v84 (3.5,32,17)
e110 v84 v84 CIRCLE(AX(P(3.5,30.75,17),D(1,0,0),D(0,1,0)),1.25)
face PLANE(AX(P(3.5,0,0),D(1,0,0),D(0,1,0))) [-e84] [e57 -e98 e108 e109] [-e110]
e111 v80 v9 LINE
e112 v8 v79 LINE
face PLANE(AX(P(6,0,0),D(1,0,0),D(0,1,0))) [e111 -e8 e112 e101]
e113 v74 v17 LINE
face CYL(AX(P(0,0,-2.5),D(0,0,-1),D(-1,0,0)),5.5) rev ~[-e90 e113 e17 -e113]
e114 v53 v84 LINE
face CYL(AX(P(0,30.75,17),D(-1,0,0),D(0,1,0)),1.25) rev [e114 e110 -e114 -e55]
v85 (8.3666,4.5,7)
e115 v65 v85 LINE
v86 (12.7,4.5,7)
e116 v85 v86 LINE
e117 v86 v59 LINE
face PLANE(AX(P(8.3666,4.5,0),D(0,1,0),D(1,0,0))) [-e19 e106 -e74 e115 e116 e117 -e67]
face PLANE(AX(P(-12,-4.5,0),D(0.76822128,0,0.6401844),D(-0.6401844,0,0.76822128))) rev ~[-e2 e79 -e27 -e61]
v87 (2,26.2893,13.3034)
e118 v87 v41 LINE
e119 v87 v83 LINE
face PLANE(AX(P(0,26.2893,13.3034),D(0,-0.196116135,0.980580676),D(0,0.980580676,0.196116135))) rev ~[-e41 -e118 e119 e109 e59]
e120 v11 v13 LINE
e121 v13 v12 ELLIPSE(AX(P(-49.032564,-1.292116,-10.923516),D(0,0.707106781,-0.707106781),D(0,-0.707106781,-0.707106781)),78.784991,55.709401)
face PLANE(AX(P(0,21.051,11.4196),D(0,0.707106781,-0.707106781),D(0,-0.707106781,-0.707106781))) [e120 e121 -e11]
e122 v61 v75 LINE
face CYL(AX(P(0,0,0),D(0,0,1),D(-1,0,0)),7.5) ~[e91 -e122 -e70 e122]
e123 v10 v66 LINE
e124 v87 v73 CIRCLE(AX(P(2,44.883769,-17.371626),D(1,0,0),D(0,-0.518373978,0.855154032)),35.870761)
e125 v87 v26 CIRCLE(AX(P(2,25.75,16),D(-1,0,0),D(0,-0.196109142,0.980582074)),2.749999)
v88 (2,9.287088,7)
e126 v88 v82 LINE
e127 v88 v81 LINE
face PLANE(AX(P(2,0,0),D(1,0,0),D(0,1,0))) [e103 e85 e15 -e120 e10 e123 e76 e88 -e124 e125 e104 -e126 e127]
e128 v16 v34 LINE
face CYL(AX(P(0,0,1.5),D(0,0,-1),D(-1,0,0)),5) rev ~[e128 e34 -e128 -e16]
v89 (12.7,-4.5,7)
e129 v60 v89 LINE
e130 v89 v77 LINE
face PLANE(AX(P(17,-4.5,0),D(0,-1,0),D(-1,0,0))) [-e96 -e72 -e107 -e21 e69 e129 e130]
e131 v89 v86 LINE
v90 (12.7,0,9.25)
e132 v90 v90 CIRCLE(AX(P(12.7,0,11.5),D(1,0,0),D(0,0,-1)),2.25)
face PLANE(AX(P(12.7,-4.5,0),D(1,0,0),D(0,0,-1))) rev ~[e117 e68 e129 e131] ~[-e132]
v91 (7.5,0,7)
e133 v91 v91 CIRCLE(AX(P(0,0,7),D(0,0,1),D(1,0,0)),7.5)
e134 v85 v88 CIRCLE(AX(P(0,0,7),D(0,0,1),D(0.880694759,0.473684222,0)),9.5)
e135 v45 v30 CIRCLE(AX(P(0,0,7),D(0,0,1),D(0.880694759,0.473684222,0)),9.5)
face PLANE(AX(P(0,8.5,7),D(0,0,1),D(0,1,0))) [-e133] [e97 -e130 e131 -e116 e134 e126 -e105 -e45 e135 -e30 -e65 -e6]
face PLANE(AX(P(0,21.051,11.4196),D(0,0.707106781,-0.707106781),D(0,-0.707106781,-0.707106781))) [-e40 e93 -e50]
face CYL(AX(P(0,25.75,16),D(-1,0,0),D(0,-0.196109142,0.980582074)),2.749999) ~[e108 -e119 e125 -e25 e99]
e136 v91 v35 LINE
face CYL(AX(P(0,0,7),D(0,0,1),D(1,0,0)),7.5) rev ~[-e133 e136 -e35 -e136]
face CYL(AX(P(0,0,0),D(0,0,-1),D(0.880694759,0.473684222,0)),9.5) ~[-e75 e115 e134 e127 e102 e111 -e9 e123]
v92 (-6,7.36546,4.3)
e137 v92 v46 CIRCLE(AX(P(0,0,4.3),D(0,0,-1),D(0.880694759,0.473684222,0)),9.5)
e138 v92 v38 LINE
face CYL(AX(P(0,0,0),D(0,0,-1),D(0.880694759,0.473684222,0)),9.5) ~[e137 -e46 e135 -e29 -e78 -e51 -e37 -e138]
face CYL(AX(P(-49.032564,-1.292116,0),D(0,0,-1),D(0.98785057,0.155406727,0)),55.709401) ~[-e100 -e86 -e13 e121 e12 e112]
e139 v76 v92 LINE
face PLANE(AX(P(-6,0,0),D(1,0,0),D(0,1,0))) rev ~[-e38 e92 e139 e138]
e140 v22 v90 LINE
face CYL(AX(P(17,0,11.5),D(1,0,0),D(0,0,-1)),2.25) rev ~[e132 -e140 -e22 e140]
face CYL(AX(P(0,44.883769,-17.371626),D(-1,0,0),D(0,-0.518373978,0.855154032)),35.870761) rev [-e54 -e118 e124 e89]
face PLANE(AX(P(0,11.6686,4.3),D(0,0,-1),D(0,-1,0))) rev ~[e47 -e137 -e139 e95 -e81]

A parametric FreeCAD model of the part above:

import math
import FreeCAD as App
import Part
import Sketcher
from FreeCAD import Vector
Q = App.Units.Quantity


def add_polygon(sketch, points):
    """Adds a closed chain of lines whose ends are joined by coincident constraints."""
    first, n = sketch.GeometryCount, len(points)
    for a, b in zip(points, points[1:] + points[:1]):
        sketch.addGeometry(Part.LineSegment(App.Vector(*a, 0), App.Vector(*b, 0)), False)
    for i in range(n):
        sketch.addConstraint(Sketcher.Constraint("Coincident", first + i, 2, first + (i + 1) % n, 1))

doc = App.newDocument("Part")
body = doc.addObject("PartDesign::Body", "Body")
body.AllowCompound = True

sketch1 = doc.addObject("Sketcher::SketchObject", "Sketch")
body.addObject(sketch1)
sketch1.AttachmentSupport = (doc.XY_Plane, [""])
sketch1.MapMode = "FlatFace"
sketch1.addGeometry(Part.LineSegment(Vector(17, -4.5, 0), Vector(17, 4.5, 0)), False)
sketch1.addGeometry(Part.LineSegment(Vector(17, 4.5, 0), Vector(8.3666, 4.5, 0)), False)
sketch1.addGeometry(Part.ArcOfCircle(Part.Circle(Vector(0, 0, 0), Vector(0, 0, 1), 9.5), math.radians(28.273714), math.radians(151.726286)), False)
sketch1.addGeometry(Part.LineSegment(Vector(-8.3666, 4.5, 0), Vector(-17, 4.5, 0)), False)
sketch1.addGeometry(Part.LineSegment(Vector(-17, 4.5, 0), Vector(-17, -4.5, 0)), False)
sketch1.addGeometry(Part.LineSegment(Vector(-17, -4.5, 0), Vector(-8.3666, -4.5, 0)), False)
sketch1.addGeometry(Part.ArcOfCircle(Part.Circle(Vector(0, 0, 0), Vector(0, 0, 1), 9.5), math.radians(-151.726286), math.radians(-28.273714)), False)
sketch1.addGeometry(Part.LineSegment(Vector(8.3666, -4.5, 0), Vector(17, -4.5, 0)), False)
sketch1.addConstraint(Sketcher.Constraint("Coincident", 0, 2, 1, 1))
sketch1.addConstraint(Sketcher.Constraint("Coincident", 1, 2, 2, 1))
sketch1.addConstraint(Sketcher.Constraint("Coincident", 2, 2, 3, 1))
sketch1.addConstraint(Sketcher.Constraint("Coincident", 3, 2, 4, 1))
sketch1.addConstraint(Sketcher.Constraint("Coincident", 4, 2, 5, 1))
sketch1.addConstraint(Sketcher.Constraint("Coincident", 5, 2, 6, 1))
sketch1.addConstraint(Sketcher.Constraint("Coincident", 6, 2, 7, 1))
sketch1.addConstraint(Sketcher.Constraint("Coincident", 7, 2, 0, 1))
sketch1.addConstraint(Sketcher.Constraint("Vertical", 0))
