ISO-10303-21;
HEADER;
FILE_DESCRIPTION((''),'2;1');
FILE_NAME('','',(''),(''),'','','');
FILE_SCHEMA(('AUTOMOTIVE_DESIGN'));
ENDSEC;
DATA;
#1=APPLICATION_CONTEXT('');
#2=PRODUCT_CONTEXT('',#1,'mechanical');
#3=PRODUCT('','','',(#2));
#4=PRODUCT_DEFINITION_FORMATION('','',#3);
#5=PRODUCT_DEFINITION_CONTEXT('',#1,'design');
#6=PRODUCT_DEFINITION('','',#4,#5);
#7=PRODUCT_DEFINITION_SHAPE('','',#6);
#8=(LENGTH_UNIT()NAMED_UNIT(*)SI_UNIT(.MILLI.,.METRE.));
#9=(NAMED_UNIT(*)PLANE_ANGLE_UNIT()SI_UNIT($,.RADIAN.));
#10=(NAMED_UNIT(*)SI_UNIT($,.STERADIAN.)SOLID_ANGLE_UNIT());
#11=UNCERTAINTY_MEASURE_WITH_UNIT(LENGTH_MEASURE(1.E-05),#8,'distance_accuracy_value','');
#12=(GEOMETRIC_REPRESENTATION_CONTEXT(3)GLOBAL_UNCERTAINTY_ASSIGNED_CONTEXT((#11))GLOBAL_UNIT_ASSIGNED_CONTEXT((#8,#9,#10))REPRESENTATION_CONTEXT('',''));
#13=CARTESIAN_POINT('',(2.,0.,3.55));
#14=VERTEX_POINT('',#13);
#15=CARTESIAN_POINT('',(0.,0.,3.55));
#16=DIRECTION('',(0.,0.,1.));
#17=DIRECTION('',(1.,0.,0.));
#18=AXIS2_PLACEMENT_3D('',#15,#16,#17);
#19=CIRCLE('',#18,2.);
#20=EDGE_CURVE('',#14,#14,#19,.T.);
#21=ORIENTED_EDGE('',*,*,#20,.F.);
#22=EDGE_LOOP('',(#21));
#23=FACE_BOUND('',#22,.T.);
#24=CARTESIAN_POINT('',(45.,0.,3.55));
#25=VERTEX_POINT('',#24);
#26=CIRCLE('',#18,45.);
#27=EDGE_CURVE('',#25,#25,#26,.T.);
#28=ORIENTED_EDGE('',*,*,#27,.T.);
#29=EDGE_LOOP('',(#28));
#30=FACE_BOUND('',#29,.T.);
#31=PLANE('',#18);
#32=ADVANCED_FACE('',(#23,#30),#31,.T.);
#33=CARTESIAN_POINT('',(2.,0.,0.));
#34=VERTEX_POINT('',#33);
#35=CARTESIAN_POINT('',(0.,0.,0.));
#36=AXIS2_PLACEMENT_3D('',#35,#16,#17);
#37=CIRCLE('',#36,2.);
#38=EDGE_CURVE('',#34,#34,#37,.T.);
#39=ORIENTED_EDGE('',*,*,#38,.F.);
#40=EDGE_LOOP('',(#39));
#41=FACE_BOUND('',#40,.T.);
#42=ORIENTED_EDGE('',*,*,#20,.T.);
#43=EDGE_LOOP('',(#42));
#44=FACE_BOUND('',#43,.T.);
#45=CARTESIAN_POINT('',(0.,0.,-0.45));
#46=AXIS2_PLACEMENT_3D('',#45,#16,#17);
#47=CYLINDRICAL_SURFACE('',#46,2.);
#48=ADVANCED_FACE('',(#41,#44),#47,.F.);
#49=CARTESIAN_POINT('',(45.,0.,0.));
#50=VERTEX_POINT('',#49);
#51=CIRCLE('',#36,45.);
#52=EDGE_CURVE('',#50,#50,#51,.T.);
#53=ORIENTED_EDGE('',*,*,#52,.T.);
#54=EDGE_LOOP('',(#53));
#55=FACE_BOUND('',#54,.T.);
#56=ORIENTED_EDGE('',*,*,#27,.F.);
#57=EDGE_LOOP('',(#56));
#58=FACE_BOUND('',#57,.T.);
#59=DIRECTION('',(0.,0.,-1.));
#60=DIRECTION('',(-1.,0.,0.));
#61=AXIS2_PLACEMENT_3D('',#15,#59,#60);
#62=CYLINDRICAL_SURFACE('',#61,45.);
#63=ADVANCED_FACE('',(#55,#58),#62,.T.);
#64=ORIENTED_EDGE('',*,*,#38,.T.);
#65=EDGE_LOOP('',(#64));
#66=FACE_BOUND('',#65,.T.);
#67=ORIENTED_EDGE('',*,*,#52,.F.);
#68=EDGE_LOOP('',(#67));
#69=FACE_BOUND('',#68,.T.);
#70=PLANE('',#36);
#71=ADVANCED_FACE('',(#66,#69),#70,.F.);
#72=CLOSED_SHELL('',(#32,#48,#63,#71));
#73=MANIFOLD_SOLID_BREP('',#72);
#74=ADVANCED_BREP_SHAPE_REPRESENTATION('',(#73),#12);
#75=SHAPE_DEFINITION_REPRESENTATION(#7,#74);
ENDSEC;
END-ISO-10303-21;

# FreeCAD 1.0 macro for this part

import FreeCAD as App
import Part
import Sketcher
from FreeCAD import Vector
Q = App.Units.Quantity

doc = App.newDocument("Part")
body = doc.addObject("PartDesign::Body", "Body")

# Sketch on XY plane
sketch1 = doc.addObject("Sketcher::SketchObject", "Sketch")
body.addObject(sketch1)
sketch1.AttachmentSupport = (doc.XY_Plane, [""])
sketch1.MapMode = "FlatFace"
sketch1.addGeometry(Part.Circle(Vector(0, 0, 0), Vector(0, 0, 1), 45), False)
sketch1.addConstraint([
    Sketcher.Constraint("Coincident", 0, 3, -1, 1),
    Sketcher.Constraint("Diameter", 0, Q("90 mm")),
])
pad1 = doc.addObject("PartDesign::Pad", "Pad")
body.addObject(pad1)
pad1.Profile = sketch1
pad1.Length = 3.55

# Sketch on XY plane
sketch2 = doc.addObject("Sketcher::SketchObject", "Sketch001")
body.addObject(sketch2)
sketch2.AttachmentSupport = (doc.XY_Plane, [""])
sketch2.MapMode = "FlatFace"
sketch2.AttachmentOffset = App.Placement(Vector(0, 0, 3.55), App.Rotation())
sketch2.addGeometry(Part.Circle(Vector(0, 0, 0), Vector(0, 0, 1), 2), False)
sketch2.addConstraint([
    Sketcher.Constraint("Coincident", 0, 3, -1, 1),
    Sketcher.Constraint("Diameter", 0, Q("4 mm")),
])
pocket1 = doc.addObject("PartDesign::Pocket", "Pocket")
body.addObject(pocket1)
pocket1.Profile = sketch2
pocket1.Length = 4

doc.recompute()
===============
Aim of the task:
Your task is to find every line above containing the word "math" and copy it.

Answer for the task:
import math
sketch1.addGeometry(Part.ArcOfCircle(Part.Circle(Vector(0, 0, 0), Vector(0, 0, 1), 9.5), math.radians(28.273714), math.radians(151.726286)), False)
sketch1.addGeometry(Part.ArcOfCircle(Part.Circle(Vector(0, 0, 0), Vector(0, 0, 1), 9.5), math.radians(-151.726286), math.radians(-28.273714)), False)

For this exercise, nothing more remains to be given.